# Exercise requirements
Across the entries below, count the lines that contain the word "normal" and reply with that number only.

(Data to process begins)

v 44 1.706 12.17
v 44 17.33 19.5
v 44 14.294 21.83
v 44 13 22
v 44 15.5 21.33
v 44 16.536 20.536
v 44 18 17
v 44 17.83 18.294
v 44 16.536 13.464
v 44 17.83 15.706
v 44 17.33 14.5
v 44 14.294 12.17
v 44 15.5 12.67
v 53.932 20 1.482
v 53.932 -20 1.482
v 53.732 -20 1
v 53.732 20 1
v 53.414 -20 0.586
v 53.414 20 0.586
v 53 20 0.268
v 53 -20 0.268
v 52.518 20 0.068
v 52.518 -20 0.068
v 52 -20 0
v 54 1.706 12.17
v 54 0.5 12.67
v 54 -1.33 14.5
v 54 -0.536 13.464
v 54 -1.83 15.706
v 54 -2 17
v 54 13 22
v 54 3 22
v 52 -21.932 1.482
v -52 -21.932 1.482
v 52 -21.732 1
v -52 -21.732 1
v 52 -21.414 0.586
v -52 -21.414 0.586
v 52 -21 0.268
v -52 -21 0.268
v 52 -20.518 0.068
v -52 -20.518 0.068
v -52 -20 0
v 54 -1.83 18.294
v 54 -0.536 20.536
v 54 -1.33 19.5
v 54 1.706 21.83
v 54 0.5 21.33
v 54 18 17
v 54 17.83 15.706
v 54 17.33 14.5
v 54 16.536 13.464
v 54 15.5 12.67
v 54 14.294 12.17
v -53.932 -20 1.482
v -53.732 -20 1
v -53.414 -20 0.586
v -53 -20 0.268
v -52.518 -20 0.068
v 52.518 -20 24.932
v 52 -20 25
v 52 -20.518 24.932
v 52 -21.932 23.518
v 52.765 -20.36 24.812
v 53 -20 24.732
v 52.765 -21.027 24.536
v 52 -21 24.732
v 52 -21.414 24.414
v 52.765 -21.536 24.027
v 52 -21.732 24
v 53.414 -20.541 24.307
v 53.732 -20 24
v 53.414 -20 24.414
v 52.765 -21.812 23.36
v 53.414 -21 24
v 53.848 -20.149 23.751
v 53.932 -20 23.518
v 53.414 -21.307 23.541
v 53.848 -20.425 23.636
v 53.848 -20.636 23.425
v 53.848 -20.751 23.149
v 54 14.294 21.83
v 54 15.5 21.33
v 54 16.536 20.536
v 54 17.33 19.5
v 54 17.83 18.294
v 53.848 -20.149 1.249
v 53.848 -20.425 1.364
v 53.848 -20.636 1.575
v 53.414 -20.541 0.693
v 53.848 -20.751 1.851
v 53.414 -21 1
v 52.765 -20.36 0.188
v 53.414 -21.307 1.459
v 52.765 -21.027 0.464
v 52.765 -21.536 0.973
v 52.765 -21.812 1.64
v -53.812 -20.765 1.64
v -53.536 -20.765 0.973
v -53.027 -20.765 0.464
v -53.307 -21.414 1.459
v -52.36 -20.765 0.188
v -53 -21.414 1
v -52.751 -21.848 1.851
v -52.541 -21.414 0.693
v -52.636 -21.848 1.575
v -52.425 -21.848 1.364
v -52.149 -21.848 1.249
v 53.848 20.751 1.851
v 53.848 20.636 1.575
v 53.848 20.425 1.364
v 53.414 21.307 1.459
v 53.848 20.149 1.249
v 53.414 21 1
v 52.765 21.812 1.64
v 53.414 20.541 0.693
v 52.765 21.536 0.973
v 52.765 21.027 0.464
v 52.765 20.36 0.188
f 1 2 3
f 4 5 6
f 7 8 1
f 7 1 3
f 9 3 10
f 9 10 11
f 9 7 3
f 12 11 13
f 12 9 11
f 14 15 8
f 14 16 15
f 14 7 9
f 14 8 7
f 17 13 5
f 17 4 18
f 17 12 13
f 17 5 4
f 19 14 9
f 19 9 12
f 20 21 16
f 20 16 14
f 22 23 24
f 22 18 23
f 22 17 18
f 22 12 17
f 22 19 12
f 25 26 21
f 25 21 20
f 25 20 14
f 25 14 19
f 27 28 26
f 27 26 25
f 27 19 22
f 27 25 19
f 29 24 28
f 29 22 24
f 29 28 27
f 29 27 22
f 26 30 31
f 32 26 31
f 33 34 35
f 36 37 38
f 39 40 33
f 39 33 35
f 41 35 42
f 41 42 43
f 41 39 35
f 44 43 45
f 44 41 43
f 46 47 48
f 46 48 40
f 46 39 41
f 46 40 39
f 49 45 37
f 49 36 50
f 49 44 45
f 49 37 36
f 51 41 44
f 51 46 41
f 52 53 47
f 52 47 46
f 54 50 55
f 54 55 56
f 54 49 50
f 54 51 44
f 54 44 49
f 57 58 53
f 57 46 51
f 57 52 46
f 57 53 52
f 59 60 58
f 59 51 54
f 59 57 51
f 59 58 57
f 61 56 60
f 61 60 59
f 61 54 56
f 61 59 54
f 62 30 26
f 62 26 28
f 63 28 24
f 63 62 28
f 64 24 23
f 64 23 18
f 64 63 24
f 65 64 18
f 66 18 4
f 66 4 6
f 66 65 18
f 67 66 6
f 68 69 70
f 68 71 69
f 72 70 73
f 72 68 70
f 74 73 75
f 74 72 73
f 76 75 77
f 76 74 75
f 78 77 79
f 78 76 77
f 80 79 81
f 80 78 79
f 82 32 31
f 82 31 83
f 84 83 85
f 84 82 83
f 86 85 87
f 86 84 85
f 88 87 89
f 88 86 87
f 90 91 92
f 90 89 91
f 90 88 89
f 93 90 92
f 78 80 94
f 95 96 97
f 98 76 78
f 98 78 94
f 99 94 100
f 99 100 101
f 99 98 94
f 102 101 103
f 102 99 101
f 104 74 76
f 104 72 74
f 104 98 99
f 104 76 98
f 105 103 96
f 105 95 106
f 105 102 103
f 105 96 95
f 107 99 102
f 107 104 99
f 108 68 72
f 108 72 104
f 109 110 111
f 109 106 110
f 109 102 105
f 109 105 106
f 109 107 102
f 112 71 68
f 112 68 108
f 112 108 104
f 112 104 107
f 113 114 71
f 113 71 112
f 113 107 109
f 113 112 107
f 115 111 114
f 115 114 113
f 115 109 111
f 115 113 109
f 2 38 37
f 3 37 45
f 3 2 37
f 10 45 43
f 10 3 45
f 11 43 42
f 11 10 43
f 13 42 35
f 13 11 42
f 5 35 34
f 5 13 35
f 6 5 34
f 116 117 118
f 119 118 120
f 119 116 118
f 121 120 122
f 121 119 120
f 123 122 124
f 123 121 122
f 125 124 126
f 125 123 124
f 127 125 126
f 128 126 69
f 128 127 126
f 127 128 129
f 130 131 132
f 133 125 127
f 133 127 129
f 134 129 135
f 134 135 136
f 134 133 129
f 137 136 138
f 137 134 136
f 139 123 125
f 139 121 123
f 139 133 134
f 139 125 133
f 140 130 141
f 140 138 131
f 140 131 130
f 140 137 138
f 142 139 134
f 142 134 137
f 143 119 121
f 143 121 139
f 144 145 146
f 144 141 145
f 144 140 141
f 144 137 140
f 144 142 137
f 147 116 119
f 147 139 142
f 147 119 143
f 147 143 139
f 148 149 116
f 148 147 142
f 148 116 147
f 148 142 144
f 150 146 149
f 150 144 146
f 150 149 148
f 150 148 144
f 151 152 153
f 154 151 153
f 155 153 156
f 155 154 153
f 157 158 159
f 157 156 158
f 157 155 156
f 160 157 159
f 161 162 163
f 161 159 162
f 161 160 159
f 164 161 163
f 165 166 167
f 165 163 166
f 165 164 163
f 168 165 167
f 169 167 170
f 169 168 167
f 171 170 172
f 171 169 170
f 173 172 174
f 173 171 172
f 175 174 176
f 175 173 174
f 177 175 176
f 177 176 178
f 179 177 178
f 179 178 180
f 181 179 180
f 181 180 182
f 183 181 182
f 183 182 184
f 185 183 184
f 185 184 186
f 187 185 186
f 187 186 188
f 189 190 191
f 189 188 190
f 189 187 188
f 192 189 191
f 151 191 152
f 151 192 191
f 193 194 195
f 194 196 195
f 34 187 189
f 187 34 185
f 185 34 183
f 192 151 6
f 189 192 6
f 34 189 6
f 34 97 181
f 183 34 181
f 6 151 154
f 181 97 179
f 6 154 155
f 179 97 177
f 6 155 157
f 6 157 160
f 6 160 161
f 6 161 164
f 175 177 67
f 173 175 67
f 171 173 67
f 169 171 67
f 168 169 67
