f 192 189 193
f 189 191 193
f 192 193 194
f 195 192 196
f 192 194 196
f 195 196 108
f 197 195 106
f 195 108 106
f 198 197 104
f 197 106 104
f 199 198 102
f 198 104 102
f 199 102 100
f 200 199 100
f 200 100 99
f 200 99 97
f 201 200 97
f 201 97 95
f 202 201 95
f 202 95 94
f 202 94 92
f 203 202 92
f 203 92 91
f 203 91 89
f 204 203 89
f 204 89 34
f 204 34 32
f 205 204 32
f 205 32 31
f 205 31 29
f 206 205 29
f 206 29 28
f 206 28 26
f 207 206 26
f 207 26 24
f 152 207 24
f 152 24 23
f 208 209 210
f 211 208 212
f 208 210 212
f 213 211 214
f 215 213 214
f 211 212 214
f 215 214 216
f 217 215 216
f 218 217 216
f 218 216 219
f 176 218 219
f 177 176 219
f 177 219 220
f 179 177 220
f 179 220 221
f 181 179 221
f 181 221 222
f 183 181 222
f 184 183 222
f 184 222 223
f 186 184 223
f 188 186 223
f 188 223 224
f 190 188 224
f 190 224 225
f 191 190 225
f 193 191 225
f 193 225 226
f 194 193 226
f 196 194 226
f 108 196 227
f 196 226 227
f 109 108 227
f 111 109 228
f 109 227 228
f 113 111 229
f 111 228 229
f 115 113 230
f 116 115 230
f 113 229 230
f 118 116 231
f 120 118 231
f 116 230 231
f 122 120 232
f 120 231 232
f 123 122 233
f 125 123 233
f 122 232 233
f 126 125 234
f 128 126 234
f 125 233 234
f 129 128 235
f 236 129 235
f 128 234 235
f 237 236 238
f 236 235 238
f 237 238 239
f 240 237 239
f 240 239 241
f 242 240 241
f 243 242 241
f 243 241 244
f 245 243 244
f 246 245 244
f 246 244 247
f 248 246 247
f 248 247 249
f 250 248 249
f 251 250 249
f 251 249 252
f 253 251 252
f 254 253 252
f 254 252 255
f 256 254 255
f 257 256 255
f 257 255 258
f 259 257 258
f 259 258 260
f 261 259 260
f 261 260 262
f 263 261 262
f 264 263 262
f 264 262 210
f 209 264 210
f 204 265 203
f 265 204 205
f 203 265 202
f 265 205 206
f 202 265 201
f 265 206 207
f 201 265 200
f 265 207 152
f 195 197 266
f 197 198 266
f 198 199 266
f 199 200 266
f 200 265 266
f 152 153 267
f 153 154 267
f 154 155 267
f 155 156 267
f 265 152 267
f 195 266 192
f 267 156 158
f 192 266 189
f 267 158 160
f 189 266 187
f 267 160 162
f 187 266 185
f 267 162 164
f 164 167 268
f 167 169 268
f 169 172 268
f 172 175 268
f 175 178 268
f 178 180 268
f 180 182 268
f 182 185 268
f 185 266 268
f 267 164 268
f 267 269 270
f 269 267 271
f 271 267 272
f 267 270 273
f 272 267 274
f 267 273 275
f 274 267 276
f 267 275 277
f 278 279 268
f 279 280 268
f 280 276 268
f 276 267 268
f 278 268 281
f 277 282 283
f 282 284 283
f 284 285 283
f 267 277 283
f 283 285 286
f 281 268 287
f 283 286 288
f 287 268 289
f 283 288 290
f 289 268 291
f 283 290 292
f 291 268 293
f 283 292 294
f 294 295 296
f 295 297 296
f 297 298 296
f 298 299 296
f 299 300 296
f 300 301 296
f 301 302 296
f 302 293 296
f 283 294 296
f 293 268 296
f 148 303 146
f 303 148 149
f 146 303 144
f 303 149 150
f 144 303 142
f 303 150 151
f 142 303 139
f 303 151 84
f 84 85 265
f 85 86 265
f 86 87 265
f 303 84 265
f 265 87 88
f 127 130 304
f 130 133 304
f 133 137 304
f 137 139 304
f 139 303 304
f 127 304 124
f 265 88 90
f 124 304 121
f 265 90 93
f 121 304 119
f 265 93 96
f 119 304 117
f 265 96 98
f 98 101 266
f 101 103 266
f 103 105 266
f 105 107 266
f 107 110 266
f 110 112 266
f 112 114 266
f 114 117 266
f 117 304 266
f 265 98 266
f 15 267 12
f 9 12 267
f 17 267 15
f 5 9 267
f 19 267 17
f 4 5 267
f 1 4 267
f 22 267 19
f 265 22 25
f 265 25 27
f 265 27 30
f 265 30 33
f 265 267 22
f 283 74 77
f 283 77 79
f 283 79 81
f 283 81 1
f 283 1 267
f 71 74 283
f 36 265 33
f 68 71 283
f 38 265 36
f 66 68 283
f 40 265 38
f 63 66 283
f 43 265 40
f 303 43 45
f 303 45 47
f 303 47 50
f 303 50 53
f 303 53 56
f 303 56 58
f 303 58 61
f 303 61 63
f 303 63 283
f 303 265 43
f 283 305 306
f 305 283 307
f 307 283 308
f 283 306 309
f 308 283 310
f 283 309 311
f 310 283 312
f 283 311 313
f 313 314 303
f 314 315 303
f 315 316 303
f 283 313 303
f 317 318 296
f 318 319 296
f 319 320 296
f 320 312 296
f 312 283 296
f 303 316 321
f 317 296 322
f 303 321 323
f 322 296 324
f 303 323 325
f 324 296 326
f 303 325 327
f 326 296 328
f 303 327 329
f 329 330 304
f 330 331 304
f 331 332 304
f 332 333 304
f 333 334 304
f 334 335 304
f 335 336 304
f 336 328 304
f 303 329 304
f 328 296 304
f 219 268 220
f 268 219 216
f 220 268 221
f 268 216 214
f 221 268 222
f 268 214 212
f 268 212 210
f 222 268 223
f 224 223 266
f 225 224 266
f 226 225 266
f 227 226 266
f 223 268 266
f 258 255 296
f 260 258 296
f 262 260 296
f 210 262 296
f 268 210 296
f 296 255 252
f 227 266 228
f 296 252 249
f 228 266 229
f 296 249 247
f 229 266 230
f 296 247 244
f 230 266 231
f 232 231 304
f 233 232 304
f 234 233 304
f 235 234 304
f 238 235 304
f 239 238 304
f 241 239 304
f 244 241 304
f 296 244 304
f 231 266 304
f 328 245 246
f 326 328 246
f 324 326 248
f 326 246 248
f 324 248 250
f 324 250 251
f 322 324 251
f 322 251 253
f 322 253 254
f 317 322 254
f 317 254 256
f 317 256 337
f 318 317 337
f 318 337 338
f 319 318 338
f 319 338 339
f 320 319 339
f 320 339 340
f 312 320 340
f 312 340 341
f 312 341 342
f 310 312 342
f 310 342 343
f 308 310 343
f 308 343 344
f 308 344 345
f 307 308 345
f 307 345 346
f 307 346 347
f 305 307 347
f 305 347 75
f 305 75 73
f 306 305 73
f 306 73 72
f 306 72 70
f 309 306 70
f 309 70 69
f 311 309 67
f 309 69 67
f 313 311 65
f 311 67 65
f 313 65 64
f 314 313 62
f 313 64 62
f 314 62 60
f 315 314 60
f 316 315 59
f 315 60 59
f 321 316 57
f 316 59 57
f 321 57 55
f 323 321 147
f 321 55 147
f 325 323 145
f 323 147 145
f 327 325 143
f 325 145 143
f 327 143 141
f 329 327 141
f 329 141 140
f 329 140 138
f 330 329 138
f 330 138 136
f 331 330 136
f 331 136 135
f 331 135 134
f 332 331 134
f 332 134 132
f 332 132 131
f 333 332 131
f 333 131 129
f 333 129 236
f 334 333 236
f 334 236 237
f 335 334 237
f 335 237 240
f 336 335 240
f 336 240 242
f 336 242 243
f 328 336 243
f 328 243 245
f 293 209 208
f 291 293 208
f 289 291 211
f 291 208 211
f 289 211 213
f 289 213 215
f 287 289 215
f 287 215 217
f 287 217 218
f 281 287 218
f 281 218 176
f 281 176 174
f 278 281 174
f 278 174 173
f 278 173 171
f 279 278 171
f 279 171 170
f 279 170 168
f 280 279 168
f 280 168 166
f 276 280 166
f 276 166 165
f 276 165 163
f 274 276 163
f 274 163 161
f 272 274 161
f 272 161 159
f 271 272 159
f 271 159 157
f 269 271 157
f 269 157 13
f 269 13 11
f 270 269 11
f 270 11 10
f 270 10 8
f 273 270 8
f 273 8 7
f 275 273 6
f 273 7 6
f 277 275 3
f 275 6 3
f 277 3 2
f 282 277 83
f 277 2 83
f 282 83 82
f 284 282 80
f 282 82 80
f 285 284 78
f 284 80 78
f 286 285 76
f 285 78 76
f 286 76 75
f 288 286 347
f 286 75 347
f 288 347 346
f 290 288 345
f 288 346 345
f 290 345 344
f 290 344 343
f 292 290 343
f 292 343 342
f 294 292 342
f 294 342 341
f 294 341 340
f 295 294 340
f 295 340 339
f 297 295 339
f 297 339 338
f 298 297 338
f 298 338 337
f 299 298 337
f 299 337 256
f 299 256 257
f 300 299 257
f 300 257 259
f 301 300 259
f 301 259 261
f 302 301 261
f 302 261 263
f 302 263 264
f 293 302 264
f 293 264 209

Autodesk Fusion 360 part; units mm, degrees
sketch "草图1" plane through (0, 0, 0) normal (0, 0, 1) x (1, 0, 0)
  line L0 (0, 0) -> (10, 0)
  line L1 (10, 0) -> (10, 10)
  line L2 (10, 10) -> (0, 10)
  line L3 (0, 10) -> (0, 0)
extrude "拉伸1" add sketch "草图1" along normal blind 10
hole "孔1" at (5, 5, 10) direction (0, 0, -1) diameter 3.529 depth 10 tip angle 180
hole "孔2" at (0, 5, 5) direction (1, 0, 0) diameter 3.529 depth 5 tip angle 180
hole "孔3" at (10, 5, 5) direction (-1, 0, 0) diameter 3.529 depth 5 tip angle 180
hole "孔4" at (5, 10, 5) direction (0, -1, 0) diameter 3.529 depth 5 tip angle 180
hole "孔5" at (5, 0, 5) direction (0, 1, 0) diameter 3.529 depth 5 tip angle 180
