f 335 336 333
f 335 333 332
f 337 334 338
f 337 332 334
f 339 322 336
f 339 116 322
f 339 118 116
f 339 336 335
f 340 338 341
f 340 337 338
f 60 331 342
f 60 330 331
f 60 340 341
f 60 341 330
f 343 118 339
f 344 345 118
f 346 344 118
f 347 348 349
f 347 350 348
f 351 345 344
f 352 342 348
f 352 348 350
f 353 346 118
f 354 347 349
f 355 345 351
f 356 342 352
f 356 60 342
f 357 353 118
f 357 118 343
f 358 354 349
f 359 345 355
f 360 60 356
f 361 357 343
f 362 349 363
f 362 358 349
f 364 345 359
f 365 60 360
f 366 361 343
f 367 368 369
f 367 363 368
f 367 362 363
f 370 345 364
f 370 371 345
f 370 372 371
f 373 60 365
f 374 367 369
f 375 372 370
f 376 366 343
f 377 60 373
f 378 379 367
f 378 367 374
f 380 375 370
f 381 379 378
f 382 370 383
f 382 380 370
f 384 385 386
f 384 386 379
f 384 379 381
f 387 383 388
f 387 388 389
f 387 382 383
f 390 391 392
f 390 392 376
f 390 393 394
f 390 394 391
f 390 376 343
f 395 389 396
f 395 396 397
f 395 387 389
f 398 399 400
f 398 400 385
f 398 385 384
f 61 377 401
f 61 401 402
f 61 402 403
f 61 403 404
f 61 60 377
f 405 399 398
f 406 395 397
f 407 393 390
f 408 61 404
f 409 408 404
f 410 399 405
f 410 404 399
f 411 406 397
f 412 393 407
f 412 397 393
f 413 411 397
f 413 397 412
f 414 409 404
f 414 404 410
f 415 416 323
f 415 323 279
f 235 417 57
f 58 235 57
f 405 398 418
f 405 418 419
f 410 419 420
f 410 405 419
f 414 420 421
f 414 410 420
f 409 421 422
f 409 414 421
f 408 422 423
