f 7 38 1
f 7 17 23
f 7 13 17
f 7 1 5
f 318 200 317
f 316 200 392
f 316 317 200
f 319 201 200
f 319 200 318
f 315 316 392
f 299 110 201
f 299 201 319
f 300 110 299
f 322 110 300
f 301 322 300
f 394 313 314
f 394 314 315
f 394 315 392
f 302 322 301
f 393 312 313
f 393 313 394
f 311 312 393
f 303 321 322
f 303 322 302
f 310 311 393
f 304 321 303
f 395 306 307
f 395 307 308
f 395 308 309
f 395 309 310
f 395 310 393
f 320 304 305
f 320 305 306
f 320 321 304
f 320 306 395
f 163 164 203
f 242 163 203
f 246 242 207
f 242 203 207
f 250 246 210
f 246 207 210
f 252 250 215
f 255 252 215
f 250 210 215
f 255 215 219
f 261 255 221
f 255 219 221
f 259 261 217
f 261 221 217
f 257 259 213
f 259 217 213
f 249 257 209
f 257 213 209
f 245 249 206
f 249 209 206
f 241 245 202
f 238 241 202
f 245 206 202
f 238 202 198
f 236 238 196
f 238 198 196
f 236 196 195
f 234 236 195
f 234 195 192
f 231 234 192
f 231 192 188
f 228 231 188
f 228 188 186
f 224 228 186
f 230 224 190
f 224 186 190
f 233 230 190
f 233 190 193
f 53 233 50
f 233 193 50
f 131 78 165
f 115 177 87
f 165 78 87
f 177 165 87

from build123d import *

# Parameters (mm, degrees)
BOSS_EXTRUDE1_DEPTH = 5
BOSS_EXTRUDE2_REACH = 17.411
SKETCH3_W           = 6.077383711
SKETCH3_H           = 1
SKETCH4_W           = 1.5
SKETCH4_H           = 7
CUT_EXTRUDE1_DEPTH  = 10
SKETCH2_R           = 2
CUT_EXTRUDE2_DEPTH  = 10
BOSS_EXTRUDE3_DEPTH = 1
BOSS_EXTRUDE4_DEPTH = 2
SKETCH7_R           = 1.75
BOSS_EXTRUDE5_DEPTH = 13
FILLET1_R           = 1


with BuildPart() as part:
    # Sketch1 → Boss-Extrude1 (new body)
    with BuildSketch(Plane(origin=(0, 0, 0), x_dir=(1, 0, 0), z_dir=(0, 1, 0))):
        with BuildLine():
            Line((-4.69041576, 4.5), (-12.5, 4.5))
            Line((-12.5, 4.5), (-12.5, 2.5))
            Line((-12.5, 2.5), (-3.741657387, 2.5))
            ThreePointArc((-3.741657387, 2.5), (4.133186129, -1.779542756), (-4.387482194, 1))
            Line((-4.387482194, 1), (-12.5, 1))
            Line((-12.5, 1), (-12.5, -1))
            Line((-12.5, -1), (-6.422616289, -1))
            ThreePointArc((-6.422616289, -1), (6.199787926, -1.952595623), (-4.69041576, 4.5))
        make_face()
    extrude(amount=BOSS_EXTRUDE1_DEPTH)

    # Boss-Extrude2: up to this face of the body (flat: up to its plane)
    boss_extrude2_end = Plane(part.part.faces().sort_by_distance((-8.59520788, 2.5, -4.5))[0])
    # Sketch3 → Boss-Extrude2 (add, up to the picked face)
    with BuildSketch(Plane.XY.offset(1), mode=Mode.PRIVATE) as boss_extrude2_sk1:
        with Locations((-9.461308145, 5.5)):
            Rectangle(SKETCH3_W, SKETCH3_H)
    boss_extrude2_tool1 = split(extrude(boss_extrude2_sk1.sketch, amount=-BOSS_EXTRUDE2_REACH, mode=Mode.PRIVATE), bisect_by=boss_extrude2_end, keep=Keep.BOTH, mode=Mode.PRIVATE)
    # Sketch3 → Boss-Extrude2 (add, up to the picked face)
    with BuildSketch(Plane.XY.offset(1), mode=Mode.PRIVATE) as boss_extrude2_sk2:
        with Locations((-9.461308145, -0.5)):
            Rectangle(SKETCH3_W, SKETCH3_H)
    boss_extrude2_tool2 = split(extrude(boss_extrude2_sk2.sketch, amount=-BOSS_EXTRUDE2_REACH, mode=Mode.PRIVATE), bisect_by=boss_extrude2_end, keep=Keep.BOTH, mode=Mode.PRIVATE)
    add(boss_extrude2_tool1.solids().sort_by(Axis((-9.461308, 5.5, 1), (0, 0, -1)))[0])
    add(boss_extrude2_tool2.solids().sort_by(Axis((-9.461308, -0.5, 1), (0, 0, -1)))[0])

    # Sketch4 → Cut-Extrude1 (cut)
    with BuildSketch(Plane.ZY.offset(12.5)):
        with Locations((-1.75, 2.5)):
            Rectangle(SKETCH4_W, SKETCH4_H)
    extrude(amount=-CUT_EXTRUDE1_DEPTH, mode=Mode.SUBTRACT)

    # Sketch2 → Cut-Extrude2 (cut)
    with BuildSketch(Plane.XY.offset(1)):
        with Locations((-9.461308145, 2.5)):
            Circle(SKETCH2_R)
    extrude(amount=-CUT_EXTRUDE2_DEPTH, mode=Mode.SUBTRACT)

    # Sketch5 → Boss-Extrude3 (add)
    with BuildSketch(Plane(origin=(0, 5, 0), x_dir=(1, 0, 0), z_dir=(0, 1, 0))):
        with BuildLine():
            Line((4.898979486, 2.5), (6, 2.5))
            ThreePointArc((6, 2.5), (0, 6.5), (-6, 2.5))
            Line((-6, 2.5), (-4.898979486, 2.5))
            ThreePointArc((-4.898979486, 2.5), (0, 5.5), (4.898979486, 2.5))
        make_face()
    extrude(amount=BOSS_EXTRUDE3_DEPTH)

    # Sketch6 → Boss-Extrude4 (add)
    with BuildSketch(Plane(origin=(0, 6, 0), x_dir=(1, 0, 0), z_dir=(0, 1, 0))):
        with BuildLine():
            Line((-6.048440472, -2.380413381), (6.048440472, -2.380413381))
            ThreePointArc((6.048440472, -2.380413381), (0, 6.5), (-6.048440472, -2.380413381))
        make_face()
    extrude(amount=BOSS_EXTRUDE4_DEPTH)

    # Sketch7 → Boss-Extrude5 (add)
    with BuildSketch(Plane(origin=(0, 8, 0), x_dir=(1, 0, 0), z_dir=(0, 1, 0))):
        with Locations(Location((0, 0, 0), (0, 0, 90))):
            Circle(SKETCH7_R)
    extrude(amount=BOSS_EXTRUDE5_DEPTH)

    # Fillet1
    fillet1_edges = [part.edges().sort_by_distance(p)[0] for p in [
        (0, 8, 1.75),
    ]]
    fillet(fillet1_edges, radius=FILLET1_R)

(Data to process ends)

# Solved problem
2